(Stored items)
⟨
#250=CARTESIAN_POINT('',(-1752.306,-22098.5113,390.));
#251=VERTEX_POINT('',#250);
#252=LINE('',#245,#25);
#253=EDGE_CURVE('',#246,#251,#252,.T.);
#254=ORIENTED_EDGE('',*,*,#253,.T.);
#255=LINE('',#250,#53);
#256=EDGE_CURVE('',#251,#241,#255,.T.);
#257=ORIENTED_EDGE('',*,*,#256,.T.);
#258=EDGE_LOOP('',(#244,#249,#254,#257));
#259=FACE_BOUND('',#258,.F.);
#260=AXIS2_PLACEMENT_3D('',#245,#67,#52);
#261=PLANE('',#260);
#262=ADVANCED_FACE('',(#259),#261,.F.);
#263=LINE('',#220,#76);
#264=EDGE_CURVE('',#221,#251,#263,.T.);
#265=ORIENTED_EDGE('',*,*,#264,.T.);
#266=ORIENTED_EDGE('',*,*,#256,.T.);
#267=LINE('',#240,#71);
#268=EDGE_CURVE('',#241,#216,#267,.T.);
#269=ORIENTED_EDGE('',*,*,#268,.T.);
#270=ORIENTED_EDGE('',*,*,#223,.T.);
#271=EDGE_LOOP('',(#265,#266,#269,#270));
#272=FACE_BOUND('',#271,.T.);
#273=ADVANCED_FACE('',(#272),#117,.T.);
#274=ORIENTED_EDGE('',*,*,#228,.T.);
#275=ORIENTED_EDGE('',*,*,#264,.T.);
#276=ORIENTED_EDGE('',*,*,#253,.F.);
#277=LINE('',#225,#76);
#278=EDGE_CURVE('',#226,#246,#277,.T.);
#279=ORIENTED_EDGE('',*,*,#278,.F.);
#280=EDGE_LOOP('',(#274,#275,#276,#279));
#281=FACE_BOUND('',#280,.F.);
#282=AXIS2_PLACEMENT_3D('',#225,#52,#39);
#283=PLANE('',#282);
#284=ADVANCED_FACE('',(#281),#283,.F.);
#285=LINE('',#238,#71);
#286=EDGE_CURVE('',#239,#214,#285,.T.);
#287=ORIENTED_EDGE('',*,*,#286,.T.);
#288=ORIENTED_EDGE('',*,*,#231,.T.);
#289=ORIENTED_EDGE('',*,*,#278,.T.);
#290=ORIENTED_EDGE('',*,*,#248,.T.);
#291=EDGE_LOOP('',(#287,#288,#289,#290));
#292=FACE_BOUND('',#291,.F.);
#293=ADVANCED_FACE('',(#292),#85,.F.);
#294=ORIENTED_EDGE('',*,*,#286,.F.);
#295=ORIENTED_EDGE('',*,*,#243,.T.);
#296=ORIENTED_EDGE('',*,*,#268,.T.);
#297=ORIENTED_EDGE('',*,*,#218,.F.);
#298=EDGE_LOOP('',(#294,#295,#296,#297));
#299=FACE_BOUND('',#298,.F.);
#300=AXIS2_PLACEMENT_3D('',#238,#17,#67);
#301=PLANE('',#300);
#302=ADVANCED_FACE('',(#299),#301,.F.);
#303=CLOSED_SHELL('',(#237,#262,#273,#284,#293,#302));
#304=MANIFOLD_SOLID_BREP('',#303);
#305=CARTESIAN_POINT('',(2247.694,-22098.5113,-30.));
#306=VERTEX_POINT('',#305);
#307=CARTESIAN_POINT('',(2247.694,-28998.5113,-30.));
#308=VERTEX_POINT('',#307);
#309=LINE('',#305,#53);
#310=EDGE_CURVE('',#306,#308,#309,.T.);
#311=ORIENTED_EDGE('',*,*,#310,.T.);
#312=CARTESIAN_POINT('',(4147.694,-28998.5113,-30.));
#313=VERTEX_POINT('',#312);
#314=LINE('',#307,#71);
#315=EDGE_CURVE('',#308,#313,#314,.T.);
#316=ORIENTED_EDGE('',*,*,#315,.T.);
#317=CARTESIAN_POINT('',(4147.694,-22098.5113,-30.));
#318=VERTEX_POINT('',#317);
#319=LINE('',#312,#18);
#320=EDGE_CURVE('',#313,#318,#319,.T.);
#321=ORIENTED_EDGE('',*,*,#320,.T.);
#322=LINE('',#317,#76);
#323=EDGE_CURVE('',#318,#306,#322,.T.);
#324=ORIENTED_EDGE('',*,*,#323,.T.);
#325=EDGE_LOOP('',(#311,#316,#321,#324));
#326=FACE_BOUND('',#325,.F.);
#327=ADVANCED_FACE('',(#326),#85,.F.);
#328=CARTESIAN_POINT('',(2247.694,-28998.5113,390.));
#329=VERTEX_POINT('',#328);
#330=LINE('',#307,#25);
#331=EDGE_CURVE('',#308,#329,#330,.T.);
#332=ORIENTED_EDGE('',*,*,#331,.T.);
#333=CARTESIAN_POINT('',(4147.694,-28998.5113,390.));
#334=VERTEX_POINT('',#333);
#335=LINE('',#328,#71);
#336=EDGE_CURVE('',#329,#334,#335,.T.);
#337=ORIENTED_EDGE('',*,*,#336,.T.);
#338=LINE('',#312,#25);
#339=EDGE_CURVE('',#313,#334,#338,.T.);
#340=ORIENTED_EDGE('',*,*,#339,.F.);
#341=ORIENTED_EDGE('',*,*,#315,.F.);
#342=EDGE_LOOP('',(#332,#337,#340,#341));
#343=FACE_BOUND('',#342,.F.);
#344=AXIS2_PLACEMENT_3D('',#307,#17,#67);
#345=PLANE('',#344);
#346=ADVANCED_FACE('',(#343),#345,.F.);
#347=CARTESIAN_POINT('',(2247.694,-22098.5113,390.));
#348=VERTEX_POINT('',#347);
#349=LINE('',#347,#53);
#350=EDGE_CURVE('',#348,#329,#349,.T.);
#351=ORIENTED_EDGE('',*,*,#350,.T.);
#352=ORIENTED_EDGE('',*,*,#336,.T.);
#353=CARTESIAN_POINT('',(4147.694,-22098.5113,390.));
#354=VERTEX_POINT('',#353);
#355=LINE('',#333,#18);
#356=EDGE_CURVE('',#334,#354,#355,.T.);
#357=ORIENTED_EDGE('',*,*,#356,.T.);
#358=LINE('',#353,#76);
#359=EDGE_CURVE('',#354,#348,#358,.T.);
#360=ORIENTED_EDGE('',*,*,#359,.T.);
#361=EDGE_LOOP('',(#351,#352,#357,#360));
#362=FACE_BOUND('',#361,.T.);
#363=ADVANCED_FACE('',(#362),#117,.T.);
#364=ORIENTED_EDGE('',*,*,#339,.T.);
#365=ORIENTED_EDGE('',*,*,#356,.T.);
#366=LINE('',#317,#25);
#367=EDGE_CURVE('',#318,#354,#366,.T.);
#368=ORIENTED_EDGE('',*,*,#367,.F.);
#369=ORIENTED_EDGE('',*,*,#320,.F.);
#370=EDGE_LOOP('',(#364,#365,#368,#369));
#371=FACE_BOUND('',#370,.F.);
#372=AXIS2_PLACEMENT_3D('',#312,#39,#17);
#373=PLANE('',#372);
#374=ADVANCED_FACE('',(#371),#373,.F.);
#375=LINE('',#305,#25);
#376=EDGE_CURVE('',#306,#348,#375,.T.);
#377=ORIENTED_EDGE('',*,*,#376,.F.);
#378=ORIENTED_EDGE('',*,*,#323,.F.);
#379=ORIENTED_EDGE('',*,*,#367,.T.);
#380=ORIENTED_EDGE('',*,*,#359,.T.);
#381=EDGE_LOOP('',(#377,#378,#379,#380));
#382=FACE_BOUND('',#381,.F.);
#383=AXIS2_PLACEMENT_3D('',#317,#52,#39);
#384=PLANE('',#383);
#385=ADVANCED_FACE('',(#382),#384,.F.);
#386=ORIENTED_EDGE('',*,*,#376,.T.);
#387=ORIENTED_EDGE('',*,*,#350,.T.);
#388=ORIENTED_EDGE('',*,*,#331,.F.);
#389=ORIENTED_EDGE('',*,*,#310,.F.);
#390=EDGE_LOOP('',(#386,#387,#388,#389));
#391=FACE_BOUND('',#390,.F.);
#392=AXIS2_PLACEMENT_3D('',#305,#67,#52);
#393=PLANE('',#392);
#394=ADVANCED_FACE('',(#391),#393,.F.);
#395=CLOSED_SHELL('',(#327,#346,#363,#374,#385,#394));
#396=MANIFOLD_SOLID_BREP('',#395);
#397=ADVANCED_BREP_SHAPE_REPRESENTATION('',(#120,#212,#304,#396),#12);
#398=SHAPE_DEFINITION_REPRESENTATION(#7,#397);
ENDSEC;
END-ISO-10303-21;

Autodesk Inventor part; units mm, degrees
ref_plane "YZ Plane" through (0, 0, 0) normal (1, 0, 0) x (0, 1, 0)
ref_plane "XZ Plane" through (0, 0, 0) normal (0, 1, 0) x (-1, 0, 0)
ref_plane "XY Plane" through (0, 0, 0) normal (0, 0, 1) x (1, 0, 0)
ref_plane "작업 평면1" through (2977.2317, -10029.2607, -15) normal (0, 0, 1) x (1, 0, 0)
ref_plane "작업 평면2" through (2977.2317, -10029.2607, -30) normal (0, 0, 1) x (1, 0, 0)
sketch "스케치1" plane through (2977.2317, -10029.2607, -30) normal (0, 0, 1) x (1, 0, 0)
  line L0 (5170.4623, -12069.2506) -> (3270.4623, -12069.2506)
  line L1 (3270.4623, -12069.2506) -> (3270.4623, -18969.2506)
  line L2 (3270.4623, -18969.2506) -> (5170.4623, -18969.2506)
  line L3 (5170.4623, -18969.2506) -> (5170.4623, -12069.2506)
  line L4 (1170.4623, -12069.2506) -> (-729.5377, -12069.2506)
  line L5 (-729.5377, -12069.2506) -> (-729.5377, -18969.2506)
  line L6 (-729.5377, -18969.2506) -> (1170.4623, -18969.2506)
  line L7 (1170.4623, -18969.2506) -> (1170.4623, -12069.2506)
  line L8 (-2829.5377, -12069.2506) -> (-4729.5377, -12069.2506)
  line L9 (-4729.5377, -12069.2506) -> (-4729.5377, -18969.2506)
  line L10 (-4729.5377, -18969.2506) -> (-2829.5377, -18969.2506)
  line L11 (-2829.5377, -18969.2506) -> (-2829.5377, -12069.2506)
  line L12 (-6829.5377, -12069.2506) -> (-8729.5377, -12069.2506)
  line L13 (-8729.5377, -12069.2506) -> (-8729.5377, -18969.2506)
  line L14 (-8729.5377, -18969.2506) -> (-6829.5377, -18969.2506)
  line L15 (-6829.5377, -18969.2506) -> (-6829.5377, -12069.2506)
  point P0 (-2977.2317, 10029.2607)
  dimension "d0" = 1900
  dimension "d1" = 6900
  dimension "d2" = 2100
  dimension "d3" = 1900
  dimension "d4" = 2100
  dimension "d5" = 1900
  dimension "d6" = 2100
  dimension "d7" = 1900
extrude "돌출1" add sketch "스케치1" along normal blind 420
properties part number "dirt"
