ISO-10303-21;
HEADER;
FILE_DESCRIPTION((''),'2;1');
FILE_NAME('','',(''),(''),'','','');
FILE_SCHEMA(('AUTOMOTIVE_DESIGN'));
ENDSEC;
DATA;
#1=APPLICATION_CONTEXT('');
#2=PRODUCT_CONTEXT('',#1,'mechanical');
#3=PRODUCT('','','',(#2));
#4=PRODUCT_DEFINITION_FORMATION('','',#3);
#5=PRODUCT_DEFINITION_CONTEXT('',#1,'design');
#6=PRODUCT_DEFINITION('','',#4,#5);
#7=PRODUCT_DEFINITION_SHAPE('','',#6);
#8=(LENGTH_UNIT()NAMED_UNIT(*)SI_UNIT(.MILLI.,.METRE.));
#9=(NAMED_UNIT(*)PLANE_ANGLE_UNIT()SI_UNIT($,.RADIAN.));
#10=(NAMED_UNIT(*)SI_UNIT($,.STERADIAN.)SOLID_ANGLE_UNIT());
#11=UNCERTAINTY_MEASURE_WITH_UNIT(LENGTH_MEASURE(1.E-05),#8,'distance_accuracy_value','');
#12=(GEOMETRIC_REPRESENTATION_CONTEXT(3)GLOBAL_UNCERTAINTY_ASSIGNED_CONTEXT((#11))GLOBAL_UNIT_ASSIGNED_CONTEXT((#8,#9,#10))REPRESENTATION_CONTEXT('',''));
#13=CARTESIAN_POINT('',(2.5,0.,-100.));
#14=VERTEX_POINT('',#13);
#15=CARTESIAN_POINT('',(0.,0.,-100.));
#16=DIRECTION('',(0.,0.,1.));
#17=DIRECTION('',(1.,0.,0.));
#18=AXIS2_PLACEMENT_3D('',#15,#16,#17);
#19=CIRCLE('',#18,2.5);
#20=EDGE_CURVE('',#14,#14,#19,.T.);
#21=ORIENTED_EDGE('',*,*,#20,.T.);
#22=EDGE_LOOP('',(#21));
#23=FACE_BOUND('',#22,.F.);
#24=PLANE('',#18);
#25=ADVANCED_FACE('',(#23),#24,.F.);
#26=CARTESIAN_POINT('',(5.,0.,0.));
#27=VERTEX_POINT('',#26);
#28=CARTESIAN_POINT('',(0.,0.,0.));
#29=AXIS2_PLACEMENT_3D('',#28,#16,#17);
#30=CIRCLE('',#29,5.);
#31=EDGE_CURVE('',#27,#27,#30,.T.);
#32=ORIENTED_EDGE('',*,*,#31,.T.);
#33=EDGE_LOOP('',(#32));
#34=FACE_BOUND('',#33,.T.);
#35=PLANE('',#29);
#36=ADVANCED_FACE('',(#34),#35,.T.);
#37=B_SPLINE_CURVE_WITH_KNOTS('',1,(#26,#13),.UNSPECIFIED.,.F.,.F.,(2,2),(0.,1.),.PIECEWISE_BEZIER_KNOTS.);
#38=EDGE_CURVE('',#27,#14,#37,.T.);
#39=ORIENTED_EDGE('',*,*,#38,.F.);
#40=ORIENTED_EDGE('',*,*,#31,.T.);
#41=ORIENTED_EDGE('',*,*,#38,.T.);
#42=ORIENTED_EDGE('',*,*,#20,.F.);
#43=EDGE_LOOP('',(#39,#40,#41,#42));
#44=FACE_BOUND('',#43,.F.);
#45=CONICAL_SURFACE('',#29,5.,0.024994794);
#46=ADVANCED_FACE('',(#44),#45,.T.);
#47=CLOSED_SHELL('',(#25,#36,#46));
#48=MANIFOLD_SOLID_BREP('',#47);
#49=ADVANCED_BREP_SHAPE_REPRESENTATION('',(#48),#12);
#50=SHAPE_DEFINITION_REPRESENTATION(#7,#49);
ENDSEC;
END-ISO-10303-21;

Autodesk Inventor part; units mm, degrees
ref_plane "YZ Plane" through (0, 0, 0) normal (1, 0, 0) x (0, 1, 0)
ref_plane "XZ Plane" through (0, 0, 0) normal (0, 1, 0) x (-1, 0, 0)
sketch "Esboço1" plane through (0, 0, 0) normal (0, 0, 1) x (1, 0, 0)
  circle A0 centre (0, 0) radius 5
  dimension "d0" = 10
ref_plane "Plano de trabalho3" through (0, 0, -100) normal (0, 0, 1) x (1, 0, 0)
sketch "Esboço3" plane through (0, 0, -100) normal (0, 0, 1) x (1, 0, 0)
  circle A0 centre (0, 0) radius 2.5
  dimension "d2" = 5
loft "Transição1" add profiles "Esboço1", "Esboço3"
⟩
⟨
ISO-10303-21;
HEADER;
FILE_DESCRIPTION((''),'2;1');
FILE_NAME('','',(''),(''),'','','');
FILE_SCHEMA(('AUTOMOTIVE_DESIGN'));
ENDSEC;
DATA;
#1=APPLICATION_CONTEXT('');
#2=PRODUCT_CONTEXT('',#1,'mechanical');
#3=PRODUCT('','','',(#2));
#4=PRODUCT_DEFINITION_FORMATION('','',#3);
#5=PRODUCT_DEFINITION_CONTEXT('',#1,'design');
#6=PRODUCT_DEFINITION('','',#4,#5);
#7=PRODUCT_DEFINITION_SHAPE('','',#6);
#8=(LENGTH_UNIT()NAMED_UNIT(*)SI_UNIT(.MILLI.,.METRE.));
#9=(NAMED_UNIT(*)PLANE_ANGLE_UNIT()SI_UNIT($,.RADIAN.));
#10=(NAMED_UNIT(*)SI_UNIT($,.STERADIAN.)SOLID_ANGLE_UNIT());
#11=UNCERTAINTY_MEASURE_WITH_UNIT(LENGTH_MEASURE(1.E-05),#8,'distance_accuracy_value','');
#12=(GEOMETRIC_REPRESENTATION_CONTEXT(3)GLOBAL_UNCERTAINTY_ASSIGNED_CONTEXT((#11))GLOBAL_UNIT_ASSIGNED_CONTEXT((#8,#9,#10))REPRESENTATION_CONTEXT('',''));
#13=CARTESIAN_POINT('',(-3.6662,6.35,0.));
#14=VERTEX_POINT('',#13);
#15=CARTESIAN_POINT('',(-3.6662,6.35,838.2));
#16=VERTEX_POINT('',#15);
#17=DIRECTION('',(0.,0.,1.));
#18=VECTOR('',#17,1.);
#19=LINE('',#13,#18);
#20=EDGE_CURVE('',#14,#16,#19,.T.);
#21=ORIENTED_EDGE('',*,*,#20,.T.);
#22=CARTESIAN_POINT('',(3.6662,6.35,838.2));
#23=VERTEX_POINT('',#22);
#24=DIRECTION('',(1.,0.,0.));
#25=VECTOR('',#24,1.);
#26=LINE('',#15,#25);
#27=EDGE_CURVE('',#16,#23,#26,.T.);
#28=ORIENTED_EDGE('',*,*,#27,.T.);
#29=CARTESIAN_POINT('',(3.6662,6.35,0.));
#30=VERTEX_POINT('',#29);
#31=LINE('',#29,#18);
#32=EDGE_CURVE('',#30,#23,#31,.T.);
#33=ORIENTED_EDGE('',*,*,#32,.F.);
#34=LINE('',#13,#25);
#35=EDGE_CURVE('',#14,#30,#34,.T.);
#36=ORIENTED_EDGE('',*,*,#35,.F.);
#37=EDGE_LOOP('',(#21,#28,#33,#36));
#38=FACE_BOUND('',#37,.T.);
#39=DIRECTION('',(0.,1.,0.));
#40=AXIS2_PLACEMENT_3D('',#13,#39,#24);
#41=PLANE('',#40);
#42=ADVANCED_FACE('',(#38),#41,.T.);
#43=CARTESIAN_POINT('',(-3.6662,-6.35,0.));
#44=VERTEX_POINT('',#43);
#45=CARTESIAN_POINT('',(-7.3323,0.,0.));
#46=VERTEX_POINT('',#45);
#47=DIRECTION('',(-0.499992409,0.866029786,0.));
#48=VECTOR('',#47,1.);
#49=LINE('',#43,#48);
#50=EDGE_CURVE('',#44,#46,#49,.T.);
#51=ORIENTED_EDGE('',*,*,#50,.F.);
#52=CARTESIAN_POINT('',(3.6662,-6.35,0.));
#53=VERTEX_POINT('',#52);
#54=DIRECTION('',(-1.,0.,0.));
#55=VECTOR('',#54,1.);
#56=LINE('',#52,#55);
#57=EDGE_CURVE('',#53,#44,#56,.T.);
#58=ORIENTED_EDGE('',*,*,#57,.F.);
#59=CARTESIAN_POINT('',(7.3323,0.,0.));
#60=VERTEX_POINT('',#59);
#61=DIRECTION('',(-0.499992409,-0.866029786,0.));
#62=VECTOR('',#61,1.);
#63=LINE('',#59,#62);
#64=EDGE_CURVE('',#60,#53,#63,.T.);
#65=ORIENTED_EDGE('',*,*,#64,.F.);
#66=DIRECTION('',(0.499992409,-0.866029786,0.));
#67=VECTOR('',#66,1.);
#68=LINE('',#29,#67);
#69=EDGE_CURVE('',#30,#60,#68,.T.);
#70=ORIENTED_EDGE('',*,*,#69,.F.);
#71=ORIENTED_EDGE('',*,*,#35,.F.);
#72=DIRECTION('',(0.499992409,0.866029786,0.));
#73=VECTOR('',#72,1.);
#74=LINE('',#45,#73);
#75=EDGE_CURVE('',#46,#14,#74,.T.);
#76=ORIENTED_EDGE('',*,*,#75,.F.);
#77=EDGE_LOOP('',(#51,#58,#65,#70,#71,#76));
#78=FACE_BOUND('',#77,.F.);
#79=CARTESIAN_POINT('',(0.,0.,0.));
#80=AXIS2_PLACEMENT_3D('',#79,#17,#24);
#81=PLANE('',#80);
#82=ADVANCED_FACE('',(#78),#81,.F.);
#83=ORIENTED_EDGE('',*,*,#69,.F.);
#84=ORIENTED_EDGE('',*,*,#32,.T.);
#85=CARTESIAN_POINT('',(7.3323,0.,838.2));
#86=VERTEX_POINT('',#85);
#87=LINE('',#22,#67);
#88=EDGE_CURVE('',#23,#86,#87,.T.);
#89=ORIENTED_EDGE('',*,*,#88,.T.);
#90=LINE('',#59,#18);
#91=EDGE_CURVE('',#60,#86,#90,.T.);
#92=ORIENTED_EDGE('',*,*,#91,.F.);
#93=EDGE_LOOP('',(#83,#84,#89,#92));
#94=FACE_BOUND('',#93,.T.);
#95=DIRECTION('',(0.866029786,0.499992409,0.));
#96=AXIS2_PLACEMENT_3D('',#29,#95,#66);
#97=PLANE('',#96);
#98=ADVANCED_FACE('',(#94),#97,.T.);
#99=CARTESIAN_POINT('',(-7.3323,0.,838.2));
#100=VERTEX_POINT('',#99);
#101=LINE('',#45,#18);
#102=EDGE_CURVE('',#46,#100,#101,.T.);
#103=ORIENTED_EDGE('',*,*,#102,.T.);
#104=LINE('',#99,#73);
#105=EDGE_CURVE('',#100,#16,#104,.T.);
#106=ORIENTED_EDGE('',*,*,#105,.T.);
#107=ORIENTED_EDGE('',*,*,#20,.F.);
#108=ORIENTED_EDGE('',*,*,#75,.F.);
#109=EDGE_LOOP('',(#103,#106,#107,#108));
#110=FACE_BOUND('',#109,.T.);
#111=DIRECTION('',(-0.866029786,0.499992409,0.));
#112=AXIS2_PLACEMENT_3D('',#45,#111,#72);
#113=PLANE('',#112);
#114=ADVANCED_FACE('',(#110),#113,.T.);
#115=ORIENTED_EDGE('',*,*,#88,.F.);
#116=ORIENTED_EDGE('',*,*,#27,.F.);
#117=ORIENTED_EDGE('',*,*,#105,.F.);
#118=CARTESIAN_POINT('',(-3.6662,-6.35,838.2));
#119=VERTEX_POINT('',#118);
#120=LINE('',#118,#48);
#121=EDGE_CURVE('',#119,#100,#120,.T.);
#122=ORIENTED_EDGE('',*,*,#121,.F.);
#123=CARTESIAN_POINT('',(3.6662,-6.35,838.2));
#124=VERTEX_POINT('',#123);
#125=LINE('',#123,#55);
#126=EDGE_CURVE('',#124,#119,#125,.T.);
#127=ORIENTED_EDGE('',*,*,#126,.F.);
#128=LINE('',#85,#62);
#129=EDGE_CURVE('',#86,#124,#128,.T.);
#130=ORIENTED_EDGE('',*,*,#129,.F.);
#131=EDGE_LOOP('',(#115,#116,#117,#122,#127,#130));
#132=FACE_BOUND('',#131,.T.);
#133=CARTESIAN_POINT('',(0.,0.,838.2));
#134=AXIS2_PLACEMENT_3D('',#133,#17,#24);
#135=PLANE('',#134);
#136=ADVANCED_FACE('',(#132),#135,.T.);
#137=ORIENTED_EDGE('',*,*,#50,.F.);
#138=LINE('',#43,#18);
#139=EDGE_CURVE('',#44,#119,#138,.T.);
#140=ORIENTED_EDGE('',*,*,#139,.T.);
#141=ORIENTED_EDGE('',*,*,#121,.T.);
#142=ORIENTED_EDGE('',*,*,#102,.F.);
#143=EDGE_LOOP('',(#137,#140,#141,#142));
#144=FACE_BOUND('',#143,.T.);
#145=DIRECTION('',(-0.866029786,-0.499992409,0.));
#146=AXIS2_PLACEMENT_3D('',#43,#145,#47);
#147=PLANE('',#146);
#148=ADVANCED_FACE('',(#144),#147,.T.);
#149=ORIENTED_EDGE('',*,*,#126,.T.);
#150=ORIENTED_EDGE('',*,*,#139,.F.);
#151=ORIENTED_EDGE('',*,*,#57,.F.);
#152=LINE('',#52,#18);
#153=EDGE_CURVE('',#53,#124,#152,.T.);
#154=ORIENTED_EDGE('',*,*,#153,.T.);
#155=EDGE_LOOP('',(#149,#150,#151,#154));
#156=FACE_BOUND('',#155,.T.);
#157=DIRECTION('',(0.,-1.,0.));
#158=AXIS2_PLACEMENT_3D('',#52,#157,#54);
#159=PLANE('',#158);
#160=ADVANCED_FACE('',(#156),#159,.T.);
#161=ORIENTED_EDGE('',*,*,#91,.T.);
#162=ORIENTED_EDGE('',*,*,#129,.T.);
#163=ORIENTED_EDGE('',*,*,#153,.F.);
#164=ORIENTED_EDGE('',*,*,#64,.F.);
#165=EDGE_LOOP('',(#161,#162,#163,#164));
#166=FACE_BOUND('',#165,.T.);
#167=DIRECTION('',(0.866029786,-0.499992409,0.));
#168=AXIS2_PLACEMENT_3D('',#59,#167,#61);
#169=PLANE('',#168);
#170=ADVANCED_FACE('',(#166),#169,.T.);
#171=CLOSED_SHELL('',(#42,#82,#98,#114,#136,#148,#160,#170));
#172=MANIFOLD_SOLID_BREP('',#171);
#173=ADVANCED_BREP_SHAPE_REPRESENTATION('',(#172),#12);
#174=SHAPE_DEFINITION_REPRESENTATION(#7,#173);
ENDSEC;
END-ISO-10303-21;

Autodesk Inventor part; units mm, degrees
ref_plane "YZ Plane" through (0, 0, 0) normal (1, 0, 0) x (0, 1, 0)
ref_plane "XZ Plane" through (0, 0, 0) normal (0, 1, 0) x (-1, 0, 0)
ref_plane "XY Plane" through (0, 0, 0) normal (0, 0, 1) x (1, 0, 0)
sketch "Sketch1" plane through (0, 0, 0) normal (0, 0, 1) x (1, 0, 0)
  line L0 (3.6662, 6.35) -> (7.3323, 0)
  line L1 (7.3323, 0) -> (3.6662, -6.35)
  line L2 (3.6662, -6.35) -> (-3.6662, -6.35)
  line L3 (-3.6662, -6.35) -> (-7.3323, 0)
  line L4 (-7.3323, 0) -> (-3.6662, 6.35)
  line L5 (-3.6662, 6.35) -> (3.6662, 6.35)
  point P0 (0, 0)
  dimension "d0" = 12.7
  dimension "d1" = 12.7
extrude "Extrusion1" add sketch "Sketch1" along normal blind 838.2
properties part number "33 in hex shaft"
⟩
_Task:_ Above are the entries. Output exactly the lines beginning with the line that has "#250=CARTESIAN_POINT('',(-1752.306,-22098.5113,390.));" and ending with the line that has "#257=ORIENTED_EDGE('',*,*,#256,.T.);".

_Solution below:_
#250=CARTESIAN_POINT('',(-1752.306,-22098.5113,390.));
#251=VERTEX_POINT('',#250);
#252=LINE('',#245,#25);
#253=EDGE_CURVE('',#246,#251,#252,.T.);
#254=ORIENTED_EDGE('',*,*,#253,.T.);
#255=LINE('',#250,#53);
#256=EDGE_CURVE('',#251,#241,#255,.T.);
#257=ORIENTED_EDGE('',*,*,#256,.T.);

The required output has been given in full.